### Activity
In the data that follows, how many lines contain the word "against"? Give only that number.
━━━ The input
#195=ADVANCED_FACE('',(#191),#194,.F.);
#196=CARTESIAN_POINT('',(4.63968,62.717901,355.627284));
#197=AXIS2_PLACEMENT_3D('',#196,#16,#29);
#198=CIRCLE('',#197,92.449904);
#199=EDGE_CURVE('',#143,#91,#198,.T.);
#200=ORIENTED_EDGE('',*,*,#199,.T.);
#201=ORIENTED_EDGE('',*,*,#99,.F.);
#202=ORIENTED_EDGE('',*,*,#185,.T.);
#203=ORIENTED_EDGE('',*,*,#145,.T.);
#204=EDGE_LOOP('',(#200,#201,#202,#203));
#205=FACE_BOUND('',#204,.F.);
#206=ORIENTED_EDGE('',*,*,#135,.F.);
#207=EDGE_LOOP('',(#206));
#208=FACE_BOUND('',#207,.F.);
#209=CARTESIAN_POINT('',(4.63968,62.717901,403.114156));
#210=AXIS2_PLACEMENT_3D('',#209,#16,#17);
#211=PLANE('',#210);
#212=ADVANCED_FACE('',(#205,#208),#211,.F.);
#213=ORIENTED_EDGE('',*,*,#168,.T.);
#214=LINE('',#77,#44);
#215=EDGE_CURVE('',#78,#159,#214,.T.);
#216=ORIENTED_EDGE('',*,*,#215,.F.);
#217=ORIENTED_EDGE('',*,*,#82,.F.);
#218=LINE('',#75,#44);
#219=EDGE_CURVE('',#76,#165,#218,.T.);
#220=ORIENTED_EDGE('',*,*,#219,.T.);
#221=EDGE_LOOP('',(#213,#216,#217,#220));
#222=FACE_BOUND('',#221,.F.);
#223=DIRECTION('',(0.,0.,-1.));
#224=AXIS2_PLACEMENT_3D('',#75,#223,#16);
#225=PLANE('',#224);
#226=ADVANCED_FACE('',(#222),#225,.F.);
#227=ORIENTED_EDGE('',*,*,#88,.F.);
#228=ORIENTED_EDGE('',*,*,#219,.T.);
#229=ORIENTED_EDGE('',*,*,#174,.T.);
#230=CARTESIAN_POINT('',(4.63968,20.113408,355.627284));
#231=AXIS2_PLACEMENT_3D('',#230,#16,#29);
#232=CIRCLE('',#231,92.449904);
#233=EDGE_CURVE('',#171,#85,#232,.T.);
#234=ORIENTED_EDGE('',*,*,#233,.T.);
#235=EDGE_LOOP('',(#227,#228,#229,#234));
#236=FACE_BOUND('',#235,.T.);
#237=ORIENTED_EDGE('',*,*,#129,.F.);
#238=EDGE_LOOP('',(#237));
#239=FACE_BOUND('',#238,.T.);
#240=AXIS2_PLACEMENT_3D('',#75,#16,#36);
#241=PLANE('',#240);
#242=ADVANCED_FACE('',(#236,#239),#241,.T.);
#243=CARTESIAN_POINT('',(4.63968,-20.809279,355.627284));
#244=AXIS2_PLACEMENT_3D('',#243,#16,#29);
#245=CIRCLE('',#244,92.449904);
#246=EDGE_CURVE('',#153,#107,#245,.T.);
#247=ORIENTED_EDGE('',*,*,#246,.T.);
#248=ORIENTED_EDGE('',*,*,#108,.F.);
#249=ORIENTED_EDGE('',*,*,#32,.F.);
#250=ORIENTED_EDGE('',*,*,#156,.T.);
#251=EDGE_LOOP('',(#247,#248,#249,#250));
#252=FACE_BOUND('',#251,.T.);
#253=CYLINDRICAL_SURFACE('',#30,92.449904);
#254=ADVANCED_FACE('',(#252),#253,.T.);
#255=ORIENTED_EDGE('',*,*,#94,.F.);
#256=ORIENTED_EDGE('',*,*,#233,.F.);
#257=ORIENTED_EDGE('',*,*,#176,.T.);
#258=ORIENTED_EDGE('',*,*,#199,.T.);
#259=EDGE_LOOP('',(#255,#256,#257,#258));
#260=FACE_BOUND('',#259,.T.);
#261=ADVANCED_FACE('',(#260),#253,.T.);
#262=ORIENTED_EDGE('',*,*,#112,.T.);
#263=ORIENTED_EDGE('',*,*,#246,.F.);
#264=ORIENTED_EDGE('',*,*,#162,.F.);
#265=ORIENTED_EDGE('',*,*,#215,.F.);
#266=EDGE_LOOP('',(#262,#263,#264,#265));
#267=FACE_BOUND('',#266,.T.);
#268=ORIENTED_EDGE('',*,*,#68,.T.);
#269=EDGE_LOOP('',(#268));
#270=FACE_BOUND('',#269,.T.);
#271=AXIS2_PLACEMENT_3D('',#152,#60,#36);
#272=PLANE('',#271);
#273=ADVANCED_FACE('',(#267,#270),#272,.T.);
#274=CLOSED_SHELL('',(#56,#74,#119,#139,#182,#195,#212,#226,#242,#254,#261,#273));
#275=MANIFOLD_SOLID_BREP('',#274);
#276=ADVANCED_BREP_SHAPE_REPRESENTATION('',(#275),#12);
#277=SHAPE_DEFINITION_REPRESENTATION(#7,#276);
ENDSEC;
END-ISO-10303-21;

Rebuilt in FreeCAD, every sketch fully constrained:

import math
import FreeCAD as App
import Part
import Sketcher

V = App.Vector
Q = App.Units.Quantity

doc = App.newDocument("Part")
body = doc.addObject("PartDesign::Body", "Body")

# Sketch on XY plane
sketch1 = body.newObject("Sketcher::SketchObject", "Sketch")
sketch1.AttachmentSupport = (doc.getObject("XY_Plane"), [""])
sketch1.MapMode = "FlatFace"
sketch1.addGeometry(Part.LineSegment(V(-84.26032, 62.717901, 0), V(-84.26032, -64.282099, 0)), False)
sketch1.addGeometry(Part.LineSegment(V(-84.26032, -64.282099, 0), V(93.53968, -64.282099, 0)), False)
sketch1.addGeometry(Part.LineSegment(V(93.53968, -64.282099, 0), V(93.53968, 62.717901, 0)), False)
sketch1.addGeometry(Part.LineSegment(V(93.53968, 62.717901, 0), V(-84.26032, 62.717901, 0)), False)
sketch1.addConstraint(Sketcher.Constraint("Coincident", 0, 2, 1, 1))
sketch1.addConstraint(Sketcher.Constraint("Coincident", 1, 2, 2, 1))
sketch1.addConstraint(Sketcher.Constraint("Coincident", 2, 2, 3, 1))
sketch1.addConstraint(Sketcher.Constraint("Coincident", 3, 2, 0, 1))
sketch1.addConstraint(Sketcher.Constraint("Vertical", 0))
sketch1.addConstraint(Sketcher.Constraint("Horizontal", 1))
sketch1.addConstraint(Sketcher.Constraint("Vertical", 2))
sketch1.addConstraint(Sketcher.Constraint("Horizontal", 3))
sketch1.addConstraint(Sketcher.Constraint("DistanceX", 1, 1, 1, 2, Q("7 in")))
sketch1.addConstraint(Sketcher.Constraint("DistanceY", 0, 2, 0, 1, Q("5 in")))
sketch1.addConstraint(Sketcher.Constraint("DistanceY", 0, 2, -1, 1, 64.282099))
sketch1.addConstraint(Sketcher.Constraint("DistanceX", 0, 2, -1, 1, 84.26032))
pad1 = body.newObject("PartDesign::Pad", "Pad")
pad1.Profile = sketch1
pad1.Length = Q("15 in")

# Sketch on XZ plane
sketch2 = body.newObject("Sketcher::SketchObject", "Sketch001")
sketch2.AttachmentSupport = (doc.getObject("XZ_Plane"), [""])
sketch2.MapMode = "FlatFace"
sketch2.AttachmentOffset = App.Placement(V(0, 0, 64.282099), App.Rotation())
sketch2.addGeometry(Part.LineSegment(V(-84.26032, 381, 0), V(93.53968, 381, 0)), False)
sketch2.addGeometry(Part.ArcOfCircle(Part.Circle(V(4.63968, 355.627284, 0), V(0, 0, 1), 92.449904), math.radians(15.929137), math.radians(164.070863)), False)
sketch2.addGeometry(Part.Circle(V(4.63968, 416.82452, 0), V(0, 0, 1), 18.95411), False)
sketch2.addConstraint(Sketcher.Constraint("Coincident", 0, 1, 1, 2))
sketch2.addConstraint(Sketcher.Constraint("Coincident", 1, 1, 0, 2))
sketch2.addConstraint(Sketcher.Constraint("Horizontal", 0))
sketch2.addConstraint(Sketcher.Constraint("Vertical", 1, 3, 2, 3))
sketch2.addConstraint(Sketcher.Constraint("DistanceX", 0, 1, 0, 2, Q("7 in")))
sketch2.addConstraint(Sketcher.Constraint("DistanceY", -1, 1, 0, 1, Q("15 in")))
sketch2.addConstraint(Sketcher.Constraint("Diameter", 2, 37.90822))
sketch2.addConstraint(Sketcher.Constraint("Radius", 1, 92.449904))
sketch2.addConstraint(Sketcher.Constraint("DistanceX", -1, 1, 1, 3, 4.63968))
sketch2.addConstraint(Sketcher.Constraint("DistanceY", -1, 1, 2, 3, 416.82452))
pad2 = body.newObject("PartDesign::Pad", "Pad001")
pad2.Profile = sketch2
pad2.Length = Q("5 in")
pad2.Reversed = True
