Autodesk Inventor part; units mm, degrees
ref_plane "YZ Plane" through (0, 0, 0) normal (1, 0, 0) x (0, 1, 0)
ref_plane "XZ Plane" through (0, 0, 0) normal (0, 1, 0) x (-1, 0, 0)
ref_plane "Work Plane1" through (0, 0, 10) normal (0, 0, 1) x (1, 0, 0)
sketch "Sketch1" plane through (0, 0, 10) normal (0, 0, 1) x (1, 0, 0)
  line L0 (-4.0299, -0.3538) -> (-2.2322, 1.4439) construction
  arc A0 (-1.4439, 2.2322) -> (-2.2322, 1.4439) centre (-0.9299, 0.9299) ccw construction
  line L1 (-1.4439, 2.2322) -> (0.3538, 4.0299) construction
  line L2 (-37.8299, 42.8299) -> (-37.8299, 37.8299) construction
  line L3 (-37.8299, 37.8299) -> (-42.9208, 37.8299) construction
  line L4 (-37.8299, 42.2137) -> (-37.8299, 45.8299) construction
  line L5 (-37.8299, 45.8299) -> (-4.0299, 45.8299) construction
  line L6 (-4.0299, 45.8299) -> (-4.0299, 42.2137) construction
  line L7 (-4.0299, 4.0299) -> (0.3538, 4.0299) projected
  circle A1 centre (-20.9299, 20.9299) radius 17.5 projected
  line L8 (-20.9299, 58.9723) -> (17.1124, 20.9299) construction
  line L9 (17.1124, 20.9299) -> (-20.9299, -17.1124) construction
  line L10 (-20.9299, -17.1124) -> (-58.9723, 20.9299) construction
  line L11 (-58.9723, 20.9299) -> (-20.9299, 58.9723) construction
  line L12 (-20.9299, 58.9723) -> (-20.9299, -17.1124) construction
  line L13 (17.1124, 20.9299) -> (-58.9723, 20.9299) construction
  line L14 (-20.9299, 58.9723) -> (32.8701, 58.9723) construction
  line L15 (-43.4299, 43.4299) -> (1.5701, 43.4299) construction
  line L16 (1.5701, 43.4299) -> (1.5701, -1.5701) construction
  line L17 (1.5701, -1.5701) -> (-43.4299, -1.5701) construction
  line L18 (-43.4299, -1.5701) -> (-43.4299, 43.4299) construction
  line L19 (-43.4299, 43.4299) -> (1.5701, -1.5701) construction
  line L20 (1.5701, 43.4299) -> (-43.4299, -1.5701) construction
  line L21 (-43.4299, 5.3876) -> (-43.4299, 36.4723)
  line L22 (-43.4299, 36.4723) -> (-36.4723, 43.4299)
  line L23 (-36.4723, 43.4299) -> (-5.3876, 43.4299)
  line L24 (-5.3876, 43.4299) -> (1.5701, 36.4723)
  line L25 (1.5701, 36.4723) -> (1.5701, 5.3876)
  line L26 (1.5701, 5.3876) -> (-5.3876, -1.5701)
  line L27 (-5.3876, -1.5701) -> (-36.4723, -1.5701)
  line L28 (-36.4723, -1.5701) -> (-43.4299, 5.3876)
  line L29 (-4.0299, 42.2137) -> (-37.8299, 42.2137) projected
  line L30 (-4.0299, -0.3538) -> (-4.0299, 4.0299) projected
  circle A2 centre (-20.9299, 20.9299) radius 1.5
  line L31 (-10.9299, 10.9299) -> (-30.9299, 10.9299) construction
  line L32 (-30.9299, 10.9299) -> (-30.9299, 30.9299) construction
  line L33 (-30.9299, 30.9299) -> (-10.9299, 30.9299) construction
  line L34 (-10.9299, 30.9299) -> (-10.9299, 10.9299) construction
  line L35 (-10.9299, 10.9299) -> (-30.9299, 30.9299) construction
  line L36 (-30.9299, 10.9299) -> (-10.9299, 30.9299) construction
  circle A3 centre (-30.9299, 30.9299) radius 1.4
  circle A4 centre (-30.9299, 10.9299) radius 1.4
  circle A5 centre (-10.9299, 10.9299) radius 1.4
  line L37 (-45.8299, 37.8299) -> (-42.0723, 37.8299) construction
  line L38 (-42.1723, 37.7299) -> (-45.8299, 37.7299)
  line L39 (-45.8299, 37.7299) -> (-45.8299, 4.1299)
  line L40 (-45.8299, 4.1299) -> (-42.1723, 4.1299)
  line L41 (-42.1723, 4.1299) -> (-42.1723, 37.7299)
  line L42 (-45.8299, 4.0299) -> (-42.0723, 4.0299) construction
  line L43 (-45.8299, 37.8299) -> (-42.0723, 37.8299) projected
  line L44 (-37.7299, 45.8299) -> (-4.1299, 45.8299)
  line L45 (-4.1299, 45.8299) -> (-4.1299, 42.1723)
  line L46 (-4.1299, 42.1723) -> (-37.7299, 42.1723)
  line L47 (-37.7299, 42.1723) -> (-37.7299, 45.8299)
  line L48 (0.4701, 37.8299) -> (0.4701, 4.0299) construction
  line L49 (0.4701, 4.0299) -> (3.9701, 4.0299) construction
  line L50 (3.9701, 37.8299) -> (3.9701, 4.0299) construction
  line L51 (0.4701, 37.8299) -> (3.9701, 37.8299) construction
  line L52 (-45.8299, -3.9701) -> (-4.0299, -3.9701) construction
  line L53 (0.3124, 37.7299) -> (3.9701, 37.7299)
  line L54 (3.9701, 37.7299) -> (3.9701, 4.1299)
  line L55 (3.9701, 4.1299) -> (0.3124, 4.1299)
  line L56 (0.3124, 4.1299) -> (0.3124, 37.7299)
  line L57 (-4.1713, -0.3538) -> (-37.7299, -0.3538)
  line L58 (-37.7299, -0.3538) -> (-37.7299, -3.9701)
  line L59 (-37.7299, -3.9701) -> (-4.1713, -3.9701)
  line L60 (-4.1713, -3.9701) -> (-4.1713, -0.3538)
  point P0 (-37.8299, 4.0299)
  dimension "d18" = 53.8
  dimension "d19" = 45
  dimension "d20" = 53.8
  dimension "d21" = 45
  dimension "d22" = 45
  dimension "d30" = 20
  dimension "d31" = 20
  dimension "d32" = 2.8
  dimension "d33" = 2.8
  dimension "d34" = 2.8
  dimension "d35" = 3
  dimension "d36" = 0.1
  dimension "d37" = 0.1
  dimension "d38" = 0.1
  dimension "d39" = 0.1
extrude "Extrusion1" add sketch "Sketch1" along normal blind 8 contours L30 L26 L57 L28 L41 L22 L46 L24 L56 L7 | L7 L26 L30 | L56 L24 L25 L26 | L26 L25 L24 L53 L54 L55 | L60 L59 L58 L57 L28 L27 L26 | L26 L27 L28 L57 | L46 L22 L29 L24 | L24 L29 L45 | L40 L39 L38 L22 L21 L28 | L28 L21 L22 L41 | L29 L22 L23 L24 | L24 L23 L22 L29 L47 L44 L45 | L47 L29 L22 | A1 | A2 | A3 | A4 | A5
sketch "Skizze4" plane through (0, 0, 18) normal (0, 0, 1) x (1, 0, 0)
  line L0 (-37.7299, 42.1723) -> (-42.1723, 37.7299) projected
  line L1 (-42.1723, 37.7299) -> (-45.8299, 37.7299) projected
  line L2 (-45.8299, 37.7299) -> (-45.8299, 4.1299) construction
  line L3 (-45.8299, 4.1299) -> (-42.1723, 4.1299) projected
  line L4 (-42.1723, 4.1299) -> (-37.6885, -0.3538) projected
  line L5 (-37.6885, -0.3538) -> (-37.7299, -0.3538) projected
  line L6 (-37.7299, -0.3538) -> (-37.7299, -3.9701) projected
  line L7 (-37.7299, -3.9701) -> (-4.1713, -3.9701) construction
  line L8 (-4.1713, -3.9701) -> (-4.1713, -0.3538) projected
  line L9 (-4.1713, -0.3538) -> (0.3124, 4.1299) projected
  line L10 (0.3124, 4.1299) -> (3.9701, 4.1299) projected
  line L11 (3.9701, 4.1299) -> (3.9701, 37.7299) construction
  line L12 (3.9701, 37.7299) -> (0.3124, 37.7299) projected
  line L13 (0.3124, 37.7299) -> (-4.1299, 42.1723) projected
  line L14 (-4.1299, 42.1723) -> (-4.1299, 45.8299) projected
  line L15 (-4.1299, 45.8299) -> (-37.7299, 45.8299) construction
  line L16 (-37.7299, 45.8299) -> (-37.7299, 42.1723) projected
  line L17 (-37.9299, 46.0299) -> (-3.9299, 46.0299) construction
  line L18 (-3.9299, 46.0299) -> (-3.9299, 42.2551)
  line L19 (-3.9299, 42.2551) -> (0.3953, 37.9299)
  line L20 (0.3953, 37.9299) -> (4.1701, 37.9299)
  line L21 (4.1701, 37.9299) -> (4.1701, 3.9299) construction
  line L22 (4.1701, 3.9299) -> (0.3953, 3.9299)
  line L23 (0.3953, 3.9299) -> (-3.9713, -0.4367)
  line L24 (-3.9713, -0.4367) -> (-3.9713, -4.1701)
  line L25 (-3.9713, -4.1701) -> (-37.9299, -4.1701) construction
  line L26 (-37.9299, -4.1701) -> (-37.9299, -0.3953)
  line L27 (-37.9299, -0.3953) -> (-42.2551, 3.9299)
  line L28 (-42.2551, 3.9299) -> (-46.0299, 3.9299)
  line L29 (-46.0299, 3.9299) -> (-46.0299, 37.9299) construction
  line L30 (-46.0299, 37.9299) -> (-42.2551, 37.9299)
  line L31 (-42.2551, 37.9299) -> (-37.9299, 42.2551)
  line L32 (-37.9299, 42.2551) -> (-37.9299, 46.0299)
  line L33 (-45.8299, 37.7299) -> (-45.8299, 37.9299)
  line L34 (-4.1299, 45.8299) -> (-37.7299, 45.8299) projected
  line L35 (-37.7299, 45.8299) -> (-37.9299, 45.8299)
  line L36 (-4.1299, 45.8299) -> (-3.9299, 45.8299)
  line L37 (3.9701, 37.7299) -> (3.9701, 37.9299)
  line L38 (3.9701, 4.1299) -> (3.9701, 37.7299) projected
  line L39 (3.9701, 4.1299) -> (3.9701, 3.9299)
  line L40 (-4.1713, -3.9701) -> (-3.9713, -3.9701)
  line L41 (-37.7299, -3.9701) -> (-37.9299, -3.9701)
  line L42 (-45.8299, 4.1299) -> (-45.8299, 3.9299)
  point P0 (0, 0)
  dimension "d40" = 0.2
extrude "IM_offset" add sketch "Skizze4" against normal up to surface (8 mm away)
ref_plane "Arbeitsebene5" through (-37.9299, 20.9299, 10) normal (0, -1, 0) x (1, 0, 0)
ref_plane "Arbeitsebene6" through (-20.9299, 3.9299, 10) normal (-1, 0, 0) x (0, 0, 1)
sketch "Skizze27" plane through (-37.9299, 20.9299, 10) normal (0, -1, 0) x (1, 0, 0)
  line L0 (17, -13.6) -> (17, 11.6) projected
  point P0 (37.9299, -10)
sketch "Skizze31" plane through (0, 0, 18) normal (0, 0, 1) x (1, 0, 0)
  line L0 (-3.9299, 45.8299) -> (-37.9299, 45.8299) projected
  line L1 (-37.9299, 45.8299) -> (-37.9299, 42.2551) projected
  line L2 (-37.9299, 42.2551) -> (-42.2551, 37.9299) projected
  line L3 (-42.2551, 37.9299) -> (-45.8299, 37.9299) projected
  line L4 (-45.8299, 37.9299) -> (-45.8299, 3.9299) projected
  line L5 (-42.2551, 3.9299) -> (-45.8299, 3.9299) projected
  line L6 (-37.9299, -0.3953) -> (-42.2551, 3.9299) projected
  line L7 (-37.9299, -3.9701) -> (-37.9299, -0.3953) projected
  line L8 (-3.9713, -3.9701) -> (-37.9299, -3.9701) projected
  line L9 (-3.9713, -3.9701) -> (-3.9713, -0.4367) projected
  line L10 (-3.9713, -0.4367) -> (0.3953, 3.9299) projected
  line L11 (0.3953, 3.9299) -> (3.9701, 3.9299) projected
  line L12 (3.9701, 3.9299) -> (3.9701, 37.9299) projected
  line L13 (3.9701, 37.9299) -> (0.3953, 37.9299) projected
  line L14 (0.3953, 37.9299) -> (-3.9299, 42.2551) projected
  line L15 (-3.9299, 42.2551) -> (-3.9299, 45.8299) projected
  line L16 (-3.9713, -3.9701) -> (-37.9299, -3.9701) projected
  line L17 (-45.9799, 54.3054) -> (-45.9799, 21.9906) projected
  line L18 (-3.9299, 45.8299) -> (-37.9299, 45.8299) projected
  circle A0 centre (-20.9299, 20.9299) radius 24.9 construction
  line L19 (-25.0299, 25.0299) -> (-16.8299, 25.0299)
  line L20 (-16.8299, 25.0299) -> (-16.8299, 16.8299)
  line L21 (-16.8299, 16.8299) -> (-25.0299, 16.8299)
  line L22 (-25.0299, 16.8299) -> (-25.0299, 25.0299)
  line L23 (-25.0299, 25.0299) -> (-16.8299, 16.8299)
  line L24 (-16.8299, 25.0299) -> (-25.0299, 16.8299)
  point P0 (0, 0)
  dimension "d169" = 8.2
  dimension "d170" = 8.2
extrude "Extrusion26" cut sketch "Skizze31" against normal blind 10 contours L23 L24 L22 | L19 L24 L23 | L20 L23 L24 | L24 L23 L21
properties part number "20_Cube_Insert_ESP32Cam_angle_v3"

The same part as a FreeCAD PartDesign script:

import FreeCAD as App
import Part
import Sketcher


def add_polygon(sketch, points):
    """Adds a closed chain of lines whose ends are joined by coincident constraints."""
    first, n = sketch.GeometryCount, len(points)
    for a, b in zip(points, points[1:] + points[:1]):
        sketch.addGeometry(Part.LineSegment(App.Vector(*a, 0), App.Vector(*b, 0)), False)
    for i in range(n):
        sketch.addConstraint(Sketcher.Constraint("Coincident", first + i, 2, first + (i + 1) % n, 1))

doc = App.newDocument("Part")
body = doc.addObject("PartDesign::Body", "Body")

sketch1 = body.newObject("Sketcher::SketchObject", "Sketch")
sketch1.AttachmentSupport = (doc.getObject("XY_Plane"), [""])
sketch1.MapMode = "FlatFace"
sketch1.AttachmentOffset = App.Placement(App.Vector(0, 0, 10), App.Rotation())
add_polygon(sketch1, [(-4.1713, -0.3538), (0.3124, 4.1299), (3.9701, 4.1299), (3.9701, 37.7299), (0.312441, 37.729941), (-4.1299, 42.1723), (-4.1299, 45.8299), (-37.7299, 45.8299), (-37.7299, 42.1723), (-42.1723, 37.7299), (-45.8299, 37.7299), (-45.8299, 4.1299), (-42.172259, 4.129941), (-37.688583, -0.3538), (-37.7299, -0.3538), (-37.7299, -3.9701), (-4.1713, -3.9701)])
sketch1.addConstraint([
    Sketcher.Constraint("Horizontal", 1),
    Sketcher.Constraint("Vertical", 2),
    Sketcher.Constraint("Horizontal", 3),
    Sketcher.Constraint("Vertical", 5),
    Sketcher.Constraint("Horizontal", 6),
    Sketcher.Constraint("Vertical", 7),
    Sketcher.Constraint("Horizontal", 9),
    Sketcher.Constraint("Vertical", 10),
    Sketcher.Constraint("Horizontal", 11),
    Sketcher.Constraint("Horizontal", 13),
    Sketcher.Constraint("Vertical", 14),
    Sketcher.Constraint("Horizontal", 15),
    Sketcher.Constraint("Vertical", 16),
    Sketcher.Constraint("Perpendicular", 0, 4),
    Sketcher.Constraint("Perpendicular", 4, 8),
    Sketcher.Constraint("Perpendicular", 8, 12),
    Sketcher.Constraint("Horizontal", 4, 2, 7, 2),
    Sketcher.Constraint("Horizontal", 3, 2, 8, 2),
    Sketcher.Constraint("Horizontal", 1, 2, 10, 2),
    Sketcher.Constraint("Horizontal", 13, 2, 16, 2),
    Sketcher.Constraint("Vertical", 0, 2, 3, 2),
    Sketcher.Constraint("Vertical", 8, 2, 11, 2),
    Sketcher.Constraint("Vertical", 7, 2, 13, 2),
    Sketcher.Constraint("Equal", 3, 9),
    Sketcher.Constraint("Equal", 6, 2),
    Sketcher.Constraint("Equal", 11, 5),
    Sketcher.Constraint("Equal", 4, 8),
    Sketcher.Constraint("DistanceX", 6, 2, 6, 1, 33.6),
    Sketcher.Constraint("DistanceX", 4, 2, 2, 2, 8.1),
    Sketcher.Constraint("DistanceY", 14, 2, 11, 2, 8.1),
    Sketcher.Constraint("DistanceY", -1, 1, 0, 2, 4.13),
    Sketcher.Constraint("DistanceX", -1, 1, 1, 2, 3.97),
    Sketcher.Constraint("Distance", 0, 6.341),
    Sketcher.Constraint("DistanceX", 1, 1, 1, 2, 3.6577),
])
pad1 = body.newObject("PartDesign::Pad", "Pad")
pad1.Profile = sketch1
pad1.Length = 8

sketch2 = body.newObject("Sketcher::SketchObject", "Sketch001")
sketch2.AttachmentSupport = (doc.getObject("XY_Plane"), [""])
sketch2.MapMode = "FlatFace"
sketch2.AttachmentOffset = App.Placement(App.Vector(0, 0, 18), App.Rotation())
add_polygon(sketch2, [(3.9701, 3.9299), (3.9701, 4.1299), (0.3124, 4.1299), (-4.1713, -0.3538), (-4.1713, -3.9701), (-3.9713, -3.9701), (-3.9713, -0.4367), (0.3953, 3.9299)])
add_polygon(sketch2, [(-3.9299, 45.8299), (-4.1299, 45.8299), (-4.1299, 42.1723), (0.3124, 37.7299), (3.9701, 37.7299), (3.9701, 37.9299), (0.3953, 37.9299), (-3.9299, 42.2551)])
add_polygon(sketch2, [(-42.1723, 37.7299), (-37.7299, 42.1723), (-37.7299, 45.8299), (-37.9299, 45.8299), (-37.9299, 42.2551), (-42.2551, 37.9299), (-45.8299, 37.9299), (-45.8299, 37.7299)])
━━━━━━
### Finished exercise
2